Graham Reid | | 1 min read
It's salutary to think that Robert Plant has now been out of Led Zeppelin for more than three times longer than he was in it.
It should mean that references to that former life should have long been set aside, if for no other reason than his musical path in the current century has moved closer to a kind of mystical world music and allusion to more folk blues than blues rock.
This new album – again with his band the Sensational Space Shifters – opens with a folksy May Queen which is also part country blues and world music drone.

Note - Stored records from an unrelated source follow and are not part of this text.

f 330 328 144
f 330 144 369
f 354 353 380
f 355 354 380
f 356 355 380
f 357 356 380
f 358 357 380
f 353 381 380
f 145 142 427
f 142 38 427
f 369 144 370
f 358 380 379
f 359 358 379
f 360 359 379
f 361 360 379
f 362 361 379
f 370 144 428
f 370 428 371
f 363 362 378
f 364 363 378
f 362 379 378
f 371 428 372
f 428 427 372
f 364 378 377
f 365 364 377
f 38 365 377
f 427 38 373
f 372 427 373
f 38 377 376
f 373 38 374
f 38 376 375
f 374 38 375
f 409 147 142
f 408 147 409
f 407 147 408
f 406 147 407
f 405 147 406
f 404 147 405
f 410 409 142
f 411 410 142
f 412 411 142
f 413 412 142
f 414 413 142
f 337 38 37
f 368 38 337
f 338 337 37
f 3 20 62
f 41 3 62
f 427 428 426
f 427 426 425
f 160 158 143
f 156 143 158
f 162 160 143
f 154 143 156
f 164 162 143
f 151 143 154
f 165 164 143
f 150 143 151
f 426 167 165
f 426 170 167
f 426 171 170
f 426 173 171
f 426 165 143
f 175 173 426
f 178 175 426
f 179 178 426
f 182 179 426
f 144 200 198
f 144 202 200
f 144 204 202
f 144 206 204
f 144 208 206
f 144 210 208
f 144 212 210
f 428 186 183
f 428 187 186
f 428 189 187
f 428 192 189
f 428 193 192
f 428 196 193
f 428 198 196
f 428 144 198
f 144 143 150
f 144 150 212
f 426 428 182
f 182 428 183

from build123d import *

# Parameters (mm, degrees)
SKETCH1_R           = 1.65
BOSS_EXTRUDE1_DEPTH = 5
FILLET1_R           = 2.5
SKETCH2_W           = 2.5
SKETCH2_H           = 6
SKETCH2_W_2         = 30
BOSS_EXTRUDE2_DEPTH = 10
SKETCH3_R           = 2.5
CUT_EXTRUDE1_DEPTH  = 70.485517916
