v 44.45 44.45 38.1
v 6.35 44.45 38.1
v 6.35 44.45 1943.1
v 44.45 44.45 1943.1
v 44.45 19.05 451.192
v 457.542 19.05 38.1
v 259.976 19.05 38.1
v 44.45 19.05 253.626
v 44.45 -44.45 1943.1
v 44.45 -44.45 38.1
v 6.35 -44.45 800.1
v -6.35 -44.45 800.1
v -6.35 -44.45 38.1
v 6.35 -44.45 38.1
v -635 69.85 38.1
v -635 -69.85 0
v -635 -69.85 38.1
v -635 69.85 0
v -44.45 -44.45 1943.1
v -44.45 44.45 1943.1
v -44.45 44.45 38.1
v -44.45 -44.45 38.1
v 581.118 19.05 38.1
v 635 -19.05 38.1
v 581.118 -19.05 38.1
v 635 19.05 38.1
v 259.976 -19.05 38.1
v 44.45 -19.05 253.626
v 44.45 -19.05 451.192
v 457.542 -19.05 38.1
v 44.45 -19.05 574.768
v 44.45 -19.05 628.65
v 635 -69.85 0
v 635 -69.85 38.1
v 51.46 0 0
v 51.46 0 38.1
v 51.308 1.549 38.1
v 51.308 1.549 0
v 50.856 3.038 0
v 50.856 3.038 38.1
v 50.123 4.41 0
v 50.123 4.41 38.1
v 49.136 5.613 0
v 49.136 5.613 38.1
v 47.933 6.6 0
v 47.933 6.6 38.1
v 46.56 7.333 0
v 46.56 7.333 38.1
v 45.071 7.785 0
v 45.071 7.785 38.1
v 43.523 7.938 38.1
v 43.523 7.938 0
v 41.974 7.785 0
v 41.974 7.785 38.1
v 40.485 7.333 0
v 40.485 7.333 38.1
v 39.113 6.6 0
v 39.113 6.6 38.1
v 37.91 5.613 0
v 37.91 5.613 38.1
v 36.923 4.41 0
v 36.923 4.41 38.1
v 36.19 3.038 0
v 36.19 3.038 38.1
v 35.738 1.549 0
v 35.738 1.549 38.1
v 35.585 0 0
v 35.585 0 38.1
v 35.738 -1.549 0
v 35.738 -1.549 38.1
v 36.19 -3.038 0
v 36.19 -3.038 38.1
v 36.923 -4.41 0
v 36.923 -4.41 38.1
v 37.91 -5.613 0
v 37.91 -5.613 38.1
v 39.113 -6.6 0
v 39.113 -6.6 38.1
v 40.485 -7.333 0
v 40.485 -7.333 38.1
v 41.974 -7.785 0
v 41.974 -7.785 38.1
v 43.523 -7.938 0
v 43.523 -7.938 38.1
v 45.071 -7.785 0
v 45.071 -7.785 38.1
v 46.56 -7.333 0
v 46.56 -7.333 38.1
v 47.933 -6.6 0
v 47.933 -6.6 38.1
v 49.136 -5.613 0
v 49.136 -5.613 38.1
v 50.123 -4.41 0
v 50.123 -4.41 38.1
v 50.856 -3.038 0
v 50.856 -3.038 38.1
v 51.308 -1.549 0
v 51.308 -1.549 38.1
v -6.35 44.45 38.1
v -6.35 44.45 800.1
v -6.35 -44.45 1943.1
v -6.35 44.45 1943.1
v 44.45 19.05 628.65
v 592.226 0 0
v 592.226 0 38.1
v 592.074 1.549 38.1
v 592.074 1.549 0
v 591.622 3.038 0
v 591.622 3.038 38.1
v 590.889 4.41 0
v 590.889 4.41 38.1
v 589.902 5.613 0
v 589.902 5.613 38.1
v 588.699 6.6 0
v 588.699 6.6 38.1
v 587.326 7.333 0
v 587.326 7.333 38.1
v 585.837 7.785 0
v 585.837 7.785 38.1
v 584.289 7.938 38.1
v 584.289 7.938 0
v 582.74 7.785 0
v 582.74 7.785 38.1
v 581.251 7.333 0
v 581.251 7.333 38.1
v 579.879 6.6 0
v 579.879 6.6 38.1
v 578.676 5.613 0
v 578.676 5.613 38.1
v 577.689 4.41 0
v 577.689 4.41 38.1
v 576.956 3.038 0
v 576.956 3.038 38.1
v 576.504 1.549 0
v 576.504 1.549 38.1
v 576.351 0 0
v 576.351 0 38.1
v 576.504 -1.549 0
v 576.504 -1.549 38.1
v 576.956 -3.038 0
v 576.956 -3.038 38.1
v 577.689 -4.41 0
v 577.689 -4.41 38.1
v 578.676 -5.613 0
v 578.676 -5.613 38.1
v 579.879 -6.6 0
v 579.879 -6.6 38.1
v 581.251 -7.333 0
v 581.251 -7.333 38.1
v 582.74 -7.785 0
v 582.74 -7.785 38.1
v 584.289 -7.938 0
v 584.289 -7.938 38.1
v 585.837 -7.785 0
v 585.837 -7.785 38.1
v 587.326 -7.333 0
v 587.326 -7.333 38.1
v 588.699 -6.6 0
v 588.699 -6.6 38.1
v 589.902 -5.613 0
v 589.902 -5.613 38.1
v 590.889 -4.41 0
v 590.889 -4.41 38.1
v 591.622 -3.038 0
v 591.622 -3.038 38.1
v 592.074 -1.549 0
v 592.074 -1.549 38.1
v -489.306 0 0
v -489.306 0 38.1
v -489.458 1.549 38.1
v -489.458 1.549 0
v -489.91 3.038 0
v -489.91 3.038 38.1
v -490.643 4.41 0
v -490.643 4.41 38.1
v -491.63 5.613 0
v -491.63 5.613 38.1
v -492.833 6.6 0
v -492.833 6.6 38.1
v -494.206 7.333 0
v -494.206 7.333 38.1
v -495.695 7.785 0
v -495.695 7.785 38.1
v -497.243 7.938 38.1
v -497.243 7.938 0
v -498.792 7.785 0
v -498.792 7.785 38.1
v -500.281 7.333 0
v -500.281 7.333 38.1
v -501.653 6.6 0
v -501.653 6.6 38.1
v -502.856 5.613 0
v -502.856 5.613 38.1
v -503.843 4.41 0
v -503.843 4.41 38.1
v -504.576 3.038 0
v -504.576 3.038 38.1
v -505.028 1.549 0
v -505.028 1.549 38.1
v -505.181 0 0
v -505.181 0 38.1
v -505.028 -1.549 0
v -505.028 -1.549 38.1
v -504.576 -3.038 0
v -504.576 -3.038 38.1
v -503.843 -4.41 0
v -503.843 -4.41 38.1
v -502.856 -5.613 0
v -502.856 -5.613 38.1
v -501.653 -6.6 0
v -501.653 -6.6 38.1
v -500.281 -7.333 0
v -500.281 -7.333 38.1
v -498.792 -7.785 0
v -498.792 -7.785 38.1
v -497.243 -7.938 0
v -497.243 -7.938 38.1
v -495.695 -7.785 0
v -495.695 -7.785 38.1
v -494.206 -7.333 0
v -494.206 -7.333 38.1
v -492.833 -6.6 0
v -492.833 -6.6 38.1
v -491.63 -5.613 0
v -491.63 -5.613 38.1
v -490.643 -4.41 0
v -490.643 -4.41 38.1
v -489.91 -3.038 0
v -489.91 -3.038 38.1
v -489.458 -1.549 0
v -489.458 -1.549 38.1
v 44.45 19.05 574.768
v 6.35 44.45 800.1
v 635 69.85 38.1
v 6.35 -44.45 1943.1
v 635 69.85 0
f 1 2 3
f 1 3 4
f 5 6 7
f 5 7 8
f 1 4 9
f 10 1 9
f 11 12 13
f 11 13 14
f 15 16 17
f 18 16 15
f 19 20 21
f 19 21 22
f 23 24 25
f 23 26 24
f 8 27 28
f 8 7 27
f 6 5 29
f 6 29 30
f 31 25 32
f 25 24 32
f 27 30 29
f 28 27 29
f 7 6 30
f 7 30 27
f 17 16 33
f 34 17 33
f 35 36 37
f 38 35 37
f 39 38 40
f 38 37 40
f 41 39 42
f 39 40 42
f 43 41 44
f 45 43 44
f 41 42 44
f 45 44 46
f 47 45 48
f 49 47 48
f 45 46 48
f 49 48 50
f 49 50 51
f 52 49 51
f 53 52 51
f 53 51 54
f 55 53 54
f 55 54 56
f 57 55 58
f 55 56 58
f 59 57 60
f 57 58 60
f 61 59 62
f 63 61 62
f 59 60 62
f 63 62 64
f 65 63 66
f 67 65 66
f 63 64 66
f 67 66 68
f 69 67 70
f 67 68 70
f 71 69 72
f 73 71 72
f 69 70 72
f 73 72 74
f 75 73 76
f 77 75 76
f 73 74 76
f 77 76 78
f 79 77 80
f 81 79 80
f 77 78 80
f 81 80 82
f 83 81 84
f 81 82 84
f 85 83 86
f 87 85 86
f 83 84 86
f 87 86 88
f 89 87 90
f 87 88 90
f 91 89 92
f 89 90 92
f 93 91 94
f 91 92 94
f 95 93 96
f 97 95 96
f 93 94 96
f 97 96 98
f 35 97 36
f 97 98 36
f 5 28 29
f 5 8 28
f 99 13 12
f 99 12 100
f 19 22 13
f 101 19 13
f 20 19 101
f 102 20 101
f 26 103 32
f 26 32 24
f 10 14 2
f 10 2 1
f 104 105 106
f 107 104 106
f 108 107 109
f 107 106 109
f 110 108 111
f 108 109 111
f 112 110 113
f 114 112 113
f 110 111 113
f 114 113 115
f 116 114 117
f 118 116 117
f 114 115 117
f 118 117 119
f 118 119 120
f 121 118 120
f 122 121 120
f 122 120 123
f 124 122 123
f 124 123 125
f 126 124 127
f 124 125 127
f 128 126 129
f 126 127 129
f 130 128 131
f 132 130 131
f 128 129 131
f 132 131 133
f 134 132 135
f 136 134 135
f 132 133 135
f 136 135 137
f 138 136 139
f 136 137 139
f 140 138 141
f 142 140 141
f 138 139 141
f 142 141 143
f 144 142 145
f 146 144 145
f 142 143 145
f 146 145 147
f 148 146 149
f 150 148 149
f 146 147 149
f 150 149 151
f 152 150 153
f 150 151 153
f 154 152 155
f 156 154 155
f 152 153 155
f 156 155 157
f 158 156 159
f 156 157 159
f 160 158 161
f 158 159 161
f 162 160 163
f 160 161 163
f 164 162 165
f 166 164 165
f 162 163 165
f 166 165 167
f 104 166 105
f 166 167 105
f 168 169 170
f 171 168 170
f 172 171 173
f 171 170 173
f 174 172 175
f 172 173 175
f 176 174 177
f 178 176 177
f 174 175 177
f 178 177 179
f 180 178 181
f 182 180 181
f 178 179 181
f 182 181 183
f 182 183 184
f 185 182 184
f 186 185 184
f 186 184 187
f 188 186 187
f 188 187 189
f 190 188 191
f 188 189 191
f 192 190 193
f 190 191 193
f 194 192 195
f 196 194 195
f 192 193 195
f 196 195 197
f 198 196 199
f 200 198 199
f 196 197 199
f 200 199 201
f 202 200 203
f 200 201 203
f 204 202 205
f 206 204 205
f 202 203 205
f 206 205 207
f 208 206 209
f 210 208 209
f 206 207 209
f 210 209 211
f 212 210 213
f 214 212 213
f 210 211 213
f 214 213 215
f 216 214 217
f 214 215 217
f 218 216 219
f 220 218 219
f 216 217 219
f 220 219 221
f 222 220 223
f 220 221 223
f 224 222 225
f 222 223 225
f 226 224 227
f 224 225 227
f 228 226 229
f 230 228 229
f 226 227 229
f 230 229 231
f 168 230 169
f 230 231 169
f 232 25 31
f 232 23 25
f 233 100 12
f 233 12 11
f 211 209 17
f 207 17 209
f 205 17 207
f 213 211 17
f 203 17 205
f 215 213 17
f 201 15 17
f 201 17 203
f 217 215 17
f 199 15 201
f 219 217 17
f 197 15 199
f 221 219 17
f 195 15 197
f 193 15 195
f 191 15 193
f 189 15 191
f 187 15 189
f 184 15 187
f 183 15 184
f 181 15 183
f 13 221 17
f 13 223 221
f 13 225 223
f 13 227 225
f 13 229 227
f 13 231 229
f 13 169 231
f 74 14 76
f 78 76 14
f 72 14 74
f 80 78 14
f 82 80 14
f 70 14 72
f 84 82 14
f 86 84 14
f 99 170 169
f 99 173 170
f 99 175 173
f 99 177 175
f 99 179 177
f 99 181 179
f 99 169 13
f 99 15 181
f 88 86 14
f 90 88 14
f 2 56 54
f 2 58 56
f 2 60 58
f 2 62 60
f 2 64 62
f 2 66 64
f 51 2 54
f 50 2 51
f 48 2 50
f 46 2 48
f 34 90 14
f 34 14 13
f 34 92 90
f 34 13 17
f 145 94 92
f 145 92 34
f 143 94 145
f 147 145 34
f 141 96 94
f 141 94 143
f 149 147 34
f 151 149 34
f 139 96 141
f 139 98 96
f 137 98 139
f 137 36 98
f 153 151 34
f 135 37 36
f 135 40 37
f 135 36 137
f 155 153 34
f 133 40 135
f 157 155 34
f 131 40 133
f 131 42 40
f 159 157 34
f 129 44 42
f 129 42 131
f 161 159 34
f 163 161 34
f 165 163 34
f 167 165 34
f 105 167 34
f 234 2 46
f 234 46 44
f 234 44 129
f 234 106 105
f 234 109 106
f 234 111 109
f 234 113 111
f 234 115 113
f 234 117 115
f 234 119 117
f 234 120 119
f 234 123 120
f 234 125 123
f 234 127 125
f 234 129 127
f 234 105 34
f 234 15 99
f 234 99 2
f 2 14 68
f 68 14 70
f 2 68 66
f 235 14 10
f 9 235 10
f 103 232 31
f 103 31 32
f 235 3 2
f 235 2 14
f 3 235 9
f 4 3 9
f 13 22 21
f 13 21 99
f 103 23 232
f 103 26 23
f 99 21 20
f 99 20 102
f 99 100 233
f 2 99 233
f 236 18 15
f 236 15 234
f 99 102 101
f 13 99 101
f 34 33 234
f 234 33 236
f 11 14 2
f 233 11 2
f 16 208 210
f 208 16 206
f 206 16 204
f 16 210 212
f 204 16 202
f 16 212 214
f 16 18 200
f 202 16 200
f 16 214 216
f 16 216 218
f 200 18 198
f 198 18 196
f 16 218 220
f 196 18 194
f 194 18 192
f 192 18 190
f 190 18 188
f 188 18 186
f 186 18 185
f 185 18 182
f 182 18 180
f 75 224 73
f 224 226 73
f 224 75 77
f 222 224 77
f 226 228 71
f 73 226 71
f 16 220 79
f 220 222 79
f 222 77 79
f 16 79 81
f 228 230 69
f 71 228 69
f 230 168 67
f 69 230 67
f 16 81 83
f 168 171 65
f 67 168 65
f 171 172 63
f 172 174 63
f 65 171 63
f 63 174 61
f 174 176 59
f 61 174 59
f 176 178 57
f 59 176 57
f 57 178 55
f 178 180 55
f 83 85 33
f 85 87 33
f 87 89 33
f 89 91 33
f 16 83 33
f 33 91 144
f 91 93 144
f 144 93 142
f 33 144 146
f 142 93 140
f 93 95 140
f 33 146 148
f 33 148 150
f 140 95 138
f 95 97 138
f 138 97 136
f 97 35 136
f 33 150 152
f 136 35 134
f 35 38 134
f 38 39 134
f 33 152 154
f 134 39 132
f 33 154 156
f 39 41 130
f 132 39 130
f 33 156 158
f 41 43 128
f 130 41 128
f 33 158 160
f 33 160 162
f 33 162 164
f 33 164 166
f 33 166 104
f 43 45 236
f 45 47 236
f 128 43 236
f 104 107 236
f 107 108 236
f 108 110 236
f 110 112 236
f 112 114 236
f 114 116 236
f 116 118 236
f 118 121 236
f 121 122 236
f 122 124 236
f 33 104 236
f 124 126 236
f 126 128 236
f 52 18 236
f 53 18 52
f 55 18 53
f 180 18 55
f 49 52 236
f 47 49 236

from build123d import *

# Parameters (mm, degrees)
F0_W      = 1270
F0_H      = 139.7
F1_DEPTH  = 38.1
F2_R      = 7.9375
F3_DEPTH  = 38.1
F4_W      = 12.7
F4_H      = 88.9
F5_DEPTH  = 762
F7_W      = 38.1
F7_H      = 88.9
F8_DEPTH  = 1905
F14_DEPTH = 19.05
F16_DEPTH = 19.05


with BuildPart() as f1:
    # F0 (on Top) → F1 (new body)
    with BuildSketch(Plane.XY):
        Rectangle(F0_W, F0_H)
    extrude(amount=F1_DEPTH)

    # F2 (on face) → F3 (cut, through all)
    with BuildSketch(Plane.XY.offset(38.1)):
        with Locations((-497.2431, 0)):
            Circle(F2_R)
        with Locations((43.5229, 0)):
            Circle(F2_R)
        with Locations((584.2889, 0)):
            Circle(F2_R)
    extrude(amount=-F3_DEPTH, mode=Mode.SUBTRACT)

    # F4 (on face) → F5 (join)
    with BuildSketch(Plane.XY.offset(38.1)):
        Rectangle(F4_W, F4_H)
    extrude(amount=F5_DEPTH)


with BuildPart() as f8:
    # F7 (on 3pt) → F8 (new body)
    with BuildSketch(Plane(origin=(0, 0, 38.1), x_dir=(1, 0, 0), z_dir=(0, 0, -1))):
        with Locations((25.4, 0)):
            Rectangle(F7_W, F7_H)
    extrude(amount=-F8_DEPTH)


with BuildPart() as f8b:
    # F7 (on 3pt) → F8, piece 2 (new body)
    with BuildSketch(Plane(origin=(0, 0, 38.1), x_dir=(1, 0, 0), z_dir=(0, 0, -1))):
        with Locations((-25.4, 0)):
            Rectangle(F7_W, F7_H)
    extrude(amount=-F8_DEPTH)


with BuildPart() as f14:
    # F13 (on 3pt) → F14 (new body, symmetric)
    with BuildSketch(Plane(origin=(0, 0, 0), x_dir=(-1, 0, 0), z_dir=(0, 1, 0))):
        Polygon((-581.1184632736, 38.1), (-44.45, 574.7684632736), (-44.45, 628.65), (-635, 38.1), align=None)
    extrude(amount=F14_DEPTH, both=True)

It's a suitable first statement on an album which has similar touchstones through out (notably on the North African influenced title track), even on his revision (with Chrissie Hynde) of the old rock songs Bluebirds Over the Mountains with what sounds like backward guitar and a psychedelic flourish.
He touches on a rockabilly beat for the self-explanatory political message on Carving Up the World . . . A Wall and Not A Fence.
And he's again in a serious socio-political mood for New World which addresses historic colonialism, plunder and the spread of religion into the new worlds. Some have considered it the inverse of Led Zepp's heroic Immigrant Song but in its dark grandeur it is its equal, in a very different way of course.
He conjures an almost apocalyptic vision on the almost-poppy Bones of Saints (with sub-Saharan guitar).
Much of this album is toned down and mid-tempo, and Plant's vocal rarely aims for the sky as immediately as he once did. Instead he finds again a more expressive voice for Dance With You Tonight then lets the melody take him on the upward trajectory.
The mood comes right down for the Anglofolk of Season's Song which is again given a gloriously ascending musical setting by the Space Shifters (who all get co-writing credits throughout) and a gentle choral part.
And also on A Way With Words which might be as close to piano ballad as he will ever get.
The final track Heaven Sent is mysteriously like a farewell note.
Some senior artists, Plant is 70 next year, try to recycle past glories and others – like Bob Dylan, Paul Simon, Nick Lowe, Lucinda Williams and many others – find a new voice and other concerns to engage them.
Once again Robert Plant delivers an album which is layered and nuanced and if it never quite offers visceral thrills or delivers a punch, then at its best it locates itself in a genre of Plant's own making which is roots music . . . but they are roots in Britain, America, North Africa and rock'n'roll's past.